After you have a Github client on our machine you are able to embark on two-way transmission of code with Github. The process of doing so involves the use of repositories. We know that there are a large number of repositories already in existence that are owned by other people. As you might suspect, the process of working with this type of repository is a little different and a little more complicated than working with repositories that you own or are owned by your team. We’ll first take a look at how to use owned repositories.
Working with owned repositories:
Let’s start with the easiest scenario to understand, the case in which there is already a repository created on Github and you have ownership access to it. To be able to work with the code in a Github repository one must first Clone it from the Github website.

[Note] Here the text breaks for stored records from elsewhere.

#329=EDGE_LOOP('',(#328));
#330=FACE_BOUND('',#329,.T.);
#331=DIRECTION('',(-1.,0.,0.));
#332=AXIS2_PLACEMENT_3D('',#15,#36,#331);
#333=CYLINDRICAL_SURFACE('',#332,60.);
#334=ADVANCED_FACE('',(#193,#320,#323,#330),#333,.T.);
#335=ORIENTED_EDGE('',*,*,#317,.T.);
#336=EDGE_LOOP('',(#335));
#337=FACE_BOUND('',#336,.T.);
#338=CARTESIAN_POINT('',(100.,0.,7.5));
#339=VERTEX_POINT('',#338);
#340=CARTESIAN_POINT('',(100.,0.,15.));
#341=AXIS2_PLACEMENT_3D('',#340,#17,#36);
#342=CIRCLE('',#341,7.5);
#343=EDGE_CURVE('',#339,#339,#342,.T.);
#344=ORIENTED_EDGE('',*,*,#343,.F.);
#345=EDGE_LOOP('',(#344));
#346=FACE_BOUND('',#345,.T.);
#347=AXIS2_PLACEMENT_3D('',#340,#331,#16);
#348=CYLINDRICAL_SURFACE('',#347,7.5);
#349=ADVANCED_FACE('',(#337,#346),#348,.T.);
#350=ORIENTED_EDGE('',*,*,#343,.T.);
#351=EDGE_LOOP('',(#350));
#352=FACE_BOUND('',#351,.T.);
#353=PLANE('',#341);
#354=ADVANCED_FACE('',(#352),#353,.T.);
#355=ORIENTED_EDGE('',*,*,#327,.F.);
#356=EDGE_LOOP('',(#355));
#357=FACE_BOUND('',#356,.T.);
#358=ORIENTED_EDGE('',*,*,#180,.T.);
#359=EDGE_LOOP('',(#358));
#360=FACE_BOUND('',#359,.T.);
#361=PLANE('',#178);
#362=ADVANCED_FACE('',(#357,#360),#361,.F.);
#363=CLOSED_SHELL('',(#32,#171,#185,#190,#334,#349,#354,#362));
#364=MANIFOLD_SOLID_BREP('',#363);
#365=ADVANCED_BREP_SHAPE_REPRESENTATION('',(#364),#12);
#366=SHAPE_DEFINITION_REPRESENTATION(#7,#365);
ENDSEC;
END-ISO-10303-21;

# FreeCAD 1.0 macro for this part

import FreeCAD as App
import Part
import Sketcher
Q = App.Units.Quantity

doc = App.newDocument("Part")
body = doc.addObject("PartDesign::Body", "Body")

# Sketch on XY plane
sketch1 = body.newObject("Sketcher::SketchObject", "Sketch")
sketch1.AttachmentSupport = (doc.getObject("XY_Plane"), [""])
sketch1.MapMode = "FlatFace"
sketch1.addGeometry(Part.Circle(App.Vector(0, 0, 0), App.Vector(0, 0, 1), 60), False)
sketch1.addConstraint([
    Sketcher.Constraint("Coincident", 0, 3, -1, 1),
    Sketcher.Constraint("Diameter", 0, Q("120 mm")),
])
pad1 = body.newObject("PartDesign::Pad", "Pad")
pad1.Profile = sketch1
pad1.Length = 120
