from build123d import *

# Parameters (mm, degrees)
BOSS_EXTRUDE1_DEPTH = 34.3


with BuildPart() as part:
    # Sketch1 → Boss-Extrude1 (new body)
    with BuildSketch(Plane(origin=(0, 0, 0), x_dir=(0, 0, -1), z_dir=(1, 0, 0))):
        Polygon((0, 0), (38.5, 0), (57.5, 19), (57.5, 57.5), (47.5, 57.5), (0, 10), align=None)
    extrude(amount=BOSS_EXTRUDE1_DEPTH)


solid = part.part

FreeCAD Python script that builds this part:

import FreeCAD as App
import Part
import Sketcher

V = App.Vector
Q = App.Units.Quantity

doc = App.newDocument("Part")
body = doc.addObject("PartDesign::Body", "Body")

# Sketch on YZ plane
sketch1 = doc.addObject("Sketcher::SketchObject", "Sketch")
body.addObject(sketch1)
sketch1.AttachmentSupport = (doc.YZ_Plane, [""])
sketch1.MapMode = "FlatFace"
sketch1.addGeometry(Part.LineSegment(V(0, 0, 0), V(0, -38, 0)), False)
sketch1.addGeometry(Part.LineSegment(V(0, -38, 0), V(19, -58, 0)), False)
sketch1.addGeometry(Part.LineSegment(V(19, -58, 0), V(58, -58, 0)), False)
sketch1.addGeometry(Part.LineSegment(V(58, -58, 0), V(58, -48, 0)), False)
sketch1.addGeometry(Part.LineSegment(V(58, -48, 0), V(10, 0, 0)), False)
sketch1.addGeometry(Part.LineSegment(V(10, 0, 0), V(0, 0, 0)), False)
sketch1.addConstraint(Sketcher.Constraint("Coincident", 0, 2, 1, 1))
sketch1.addConstraint(Sketcher.Constraint("Coincident", 1, 2, 2, 1))
sketch1.addConstraint(Sketcher.Constraint("Coincident", 2, 2, 3, 1))
sketch1.addConstraint(Sketcher.Constraint("Coincident", 3, 2, 4, 1))
sketch1.addConstraint(Sketcher.Constraint("Coincident", 4, 2, 5, 1))
sketch1.addConstraint(Sketcher.Constraint("Coincident", 5, 2, 0, 1))
sketch1.addConstraint(Sketcher.Constraint("Vertical", 0))
sketch1.addConstraint(Sketcher.Constraint("Horizontal", 2))
sketch1.addConstraint(Sketcher.Constraint("Vertical", 3))
sketch1.addConstraint(Sketcher.Constraint("Horizontal", 5))
sketch1.addConstraint(Sketcher.Constraint("Coincident", 5, 2, -1, 1))
sketch1.addConstraint(Sketcher.Constraint("Parallel", 1, 4))
sketch1.addConstraint(Sketcher.Constraint("Equal", 2, 0))
sketch1.addConstraint(Sketcher.Constraint("Equal", 5, 3))
sketch1.addConstraint(Sketcher.Constraint("DistanceX", 5, 2, 5, 1, Q("10 mm")))
sketch1.addConstraint(Sketcher.Constraint("DistanceX", 2, 1, 2, 2, Q("38.5 mm")))
sketch1.addConstraint(Sketcher.Constraint("DistanceX", -1, 1, 1, 2, Q("19 mm")))
pad1 = doc.addObject("PartDesign::Pad", "Pad")
body.addObject(pad1)
pad1.Profile = sketch1
pad1.Length = 34.3

doc.recompute()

Doing so will create a local repository on the user’s local machine. All of the source code and history of the project will be pulled into this local repository. It is then possible to edit source files and mark them as modified which puts them in a local staging area. Any files in staging are able to be committed - still to a local directory. The set of committed files are then ready to be pushed to the Github server repository from which the source was originally obtained.

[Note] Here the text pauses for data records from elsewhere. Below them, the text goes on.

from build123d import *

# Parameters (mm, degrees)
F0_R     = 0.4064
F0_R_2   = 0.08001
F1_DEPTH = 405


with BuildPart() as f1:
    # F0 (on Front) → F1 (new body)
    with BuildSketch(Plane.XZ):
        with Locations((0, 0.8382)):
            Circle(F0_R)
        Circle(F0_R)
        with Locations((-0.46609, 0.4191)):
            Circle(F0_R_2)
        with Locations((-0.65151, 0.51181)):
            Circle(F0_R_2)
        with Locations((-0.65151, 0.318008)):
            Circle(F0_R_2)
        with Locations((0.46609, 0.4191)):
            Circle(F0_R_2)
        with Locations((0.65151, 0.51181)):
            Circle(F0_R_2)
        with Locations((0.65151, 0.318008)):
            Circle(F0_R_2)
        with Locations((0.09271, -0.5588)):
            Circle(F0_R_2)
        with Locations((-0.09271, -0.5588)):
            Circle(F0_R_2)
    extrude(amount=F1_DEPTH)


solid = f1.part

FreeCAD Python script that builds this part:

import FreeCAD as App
import Part
import Sketcher
Q = App.Units.Quantity

doc = App.newDocument("Part")
params = doc.addObject("Spreadsheet::Sheet", "Params")
for row, (alias, value) in enumerate([
    ("pad1_length", "405 mm"),
], start=1):
    params.set(f"A{row}", alias)
    params.set(f"B{row}", "=" + value)
    params.setAlias(f"B{row}", alias)

body = doc.addObject("PartDesign::Body", "Body")
body.AllowCompound = True

sketch1 = doc.addObject("Sketcher::SketchObject", "Sketch")
body.addObject(sketch1)
sketch1.AttachmentSupport = (doc.XZ_Plane, [""])
sketch1.MapMode = "FlatFace"
sketch1.addGeometry(Part.Circle(App.Vector(0, 0.84, 0), App.Vector(0, 0, 1), 0.41), False)
sketch1.addGeometry(Part.Circle(App.Vector(0, 0, 0), App.Vector(0, 0, 1), 0.41), False)
sketch1.addGeometry(Part.Circle(App.Vector(-0.47, 0.42, 0), App.Vector(0, 0, 1), 0.08), False)
sketch1.addGeometry(Part.Circle(App.Vector(-0.65, 0.51, 0), App.Vector(0, 0, 1), 0.08), False)
sketch1.addGeometry(Part.Circle(App.Vector(-0.65, 0.32, 0), App.Vector(0, 0, 1), 0.08), False)
sketch1.addGeometry(Part.Circle(App.Vector(0.47, 0.42, 0), App.Vector(0, 0, 1), 0.08), False)
sketch1.addGeometry(Part.Circle(App.Vector(0.65, 0.51, 0), App.Vector(0, 0, 1), 0.08), False)
sketch1.addGeometry(Part.Circle(App.Vector(0.65, 0.32, 0), App.Vector(0, 0, 1), 0.08), False)
sketch1.addGeometry(Part.Circle(App.Vector(0.09, -0.56, 0), App.Vector(0, 0, 1), 0.08), False)
sketch1.addGeometry(Part.Circle(App.Vector(-0.09, -0.56, 0), App.Vector(0, 0, 1), 0.08), False)
sketch1.addConstraint(Sketcher.Constraint("Coincident", 1, 3, -1, 1))
sketch1.addConstraint(Sketcher.Constraint("Equal", 0, 1))
sketch1.addConstraint(Sketcher.Constraint("Equal", 2, 3))
sketch1.addConstraint(Sketcher.Constraint("Equal", 3, 4))
sketch1.addConstraint(Sketcher.Constraint("Equal", 4, 5))
sketch1.addConstraint(Sketcher.Constraint("Equal", 5, 6))
sketch1.addConstraint(Sketcher.Constraint("Equal", 6, 7))
sketch1.addConstraint(Sketcher.Constraint("Equal", 7, 8))
sketch1.addConstraint(Sketcher.Constraint("Equal", 8, 9))
sketch1.addConstraint(Sketcher.Constraint("Symmetric", 2, 3, 5, 3, -2))
sketch1.addConstraint(Sketcher.Constraint("Symmetric", 3, 3, 6, 3, -2))
sketch1.addConstraint(Sketcher.Constraint("Symmetric", 4, 3, 7, 3, -2))
sketch1.addConstraint(Sketcher.Constraint("Symmetric", 8, 3, 9, 3, -2))
sketch1.addConstraint(Sketcher.Constraint("PointOnObject", 0, 3, -2))
sketch1.addConstraint(Sketcher.Constraint("Vertical", 3, 3, 4, 3))
sketch1.addConstraint(Sketcher.Constraint("Diameter", 0, Q("0.8128 mm")))
sketch1.addConstraint(Sketcher.Constraint("Diameter", 2, Q("0.16002 mm")))
sketch1.addConstraint(Sketcher.Constraint("DistanceY", -1, 1, 0, 3, Q("0.8382 mm")))
sketch1.addConstraint(Sketcher.Constraint("DistanceY", -1, 1, 2, 3, Q("0.4191 mm")))
sketch1.addConstraint(Sketcher.Constraint("DistanceY", 8, 3, -1, 1, Q("0.5588 mm")))
sketch1.addConstraint(Sketcher.Constraint("DistanceY", 4, 3, 3, 3, Q("0.193802 mm")))
sketch1.addConstraint(Sketcher.Constraint("DistanceX", 3, 3, 5, 3, Q("1.1176 mm")))
sketch1.addConstraint(Sketcher.Constraint("DistanceX", 8, 3, 7, 3, Q("0.5588 mm")))
sketch1.addConstraint(Sketcher.Constraint("DistanceX", 2, 3, -1, 1, Q("0.46609 mm")))
sketch1.addConstraint(Sketcher.Constraint("DistanceY", -1, 1, 3, 3, Q("0.51181 mm")))
pad1 = doc.addObject("PartDesign::Pad", "Pad")
body.addObject(pad1)
pad1.Profile = sketch1
pad1.setExpression("Length", "Params.pad1_length")

doc.recompute()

If no Github repository yet exists for a project, the creation of one begins with creation of a repository on a local machine. Files are then created, moved to staging and committed within the local repository (similarly to the process described above for modifying cloned project files pulled down to a local repository). After that is done, the project may be pushed to a Github repository which is created as part of this process.
Working with Repositories belonging to others:
This process has similarities to the work-flow described above in which a repository is cloned and files are edited, staged, committed and pushed to a Github repository. However, there are two key differences:
- A copy of the original repository on Github must first be created on Github. This is done by Forking a project. Once a project has been forked, it may then be cloned down to a local machine.
- When files are eventually pushed back up to Github, they get pushed to the forked repository, not the repository from which the forked project was copied. The pusher of said files must submit a “pull request” for the files to be “pulled” from the Github fork to the real source repository. The owner of the actual source repository will then review the changes and merge the files into his repository or not, as he sees fit.
In summary, Github functions as both a repository for private projects and world class open source software. However, there is much more to Github. It provides certain statistics, the ability to get notifications of project changes and the ability to communicate with repository owners and pull request submitters. There is even more than this to Github, but the discovery of that, as they say, will be left as an exercise for the reader.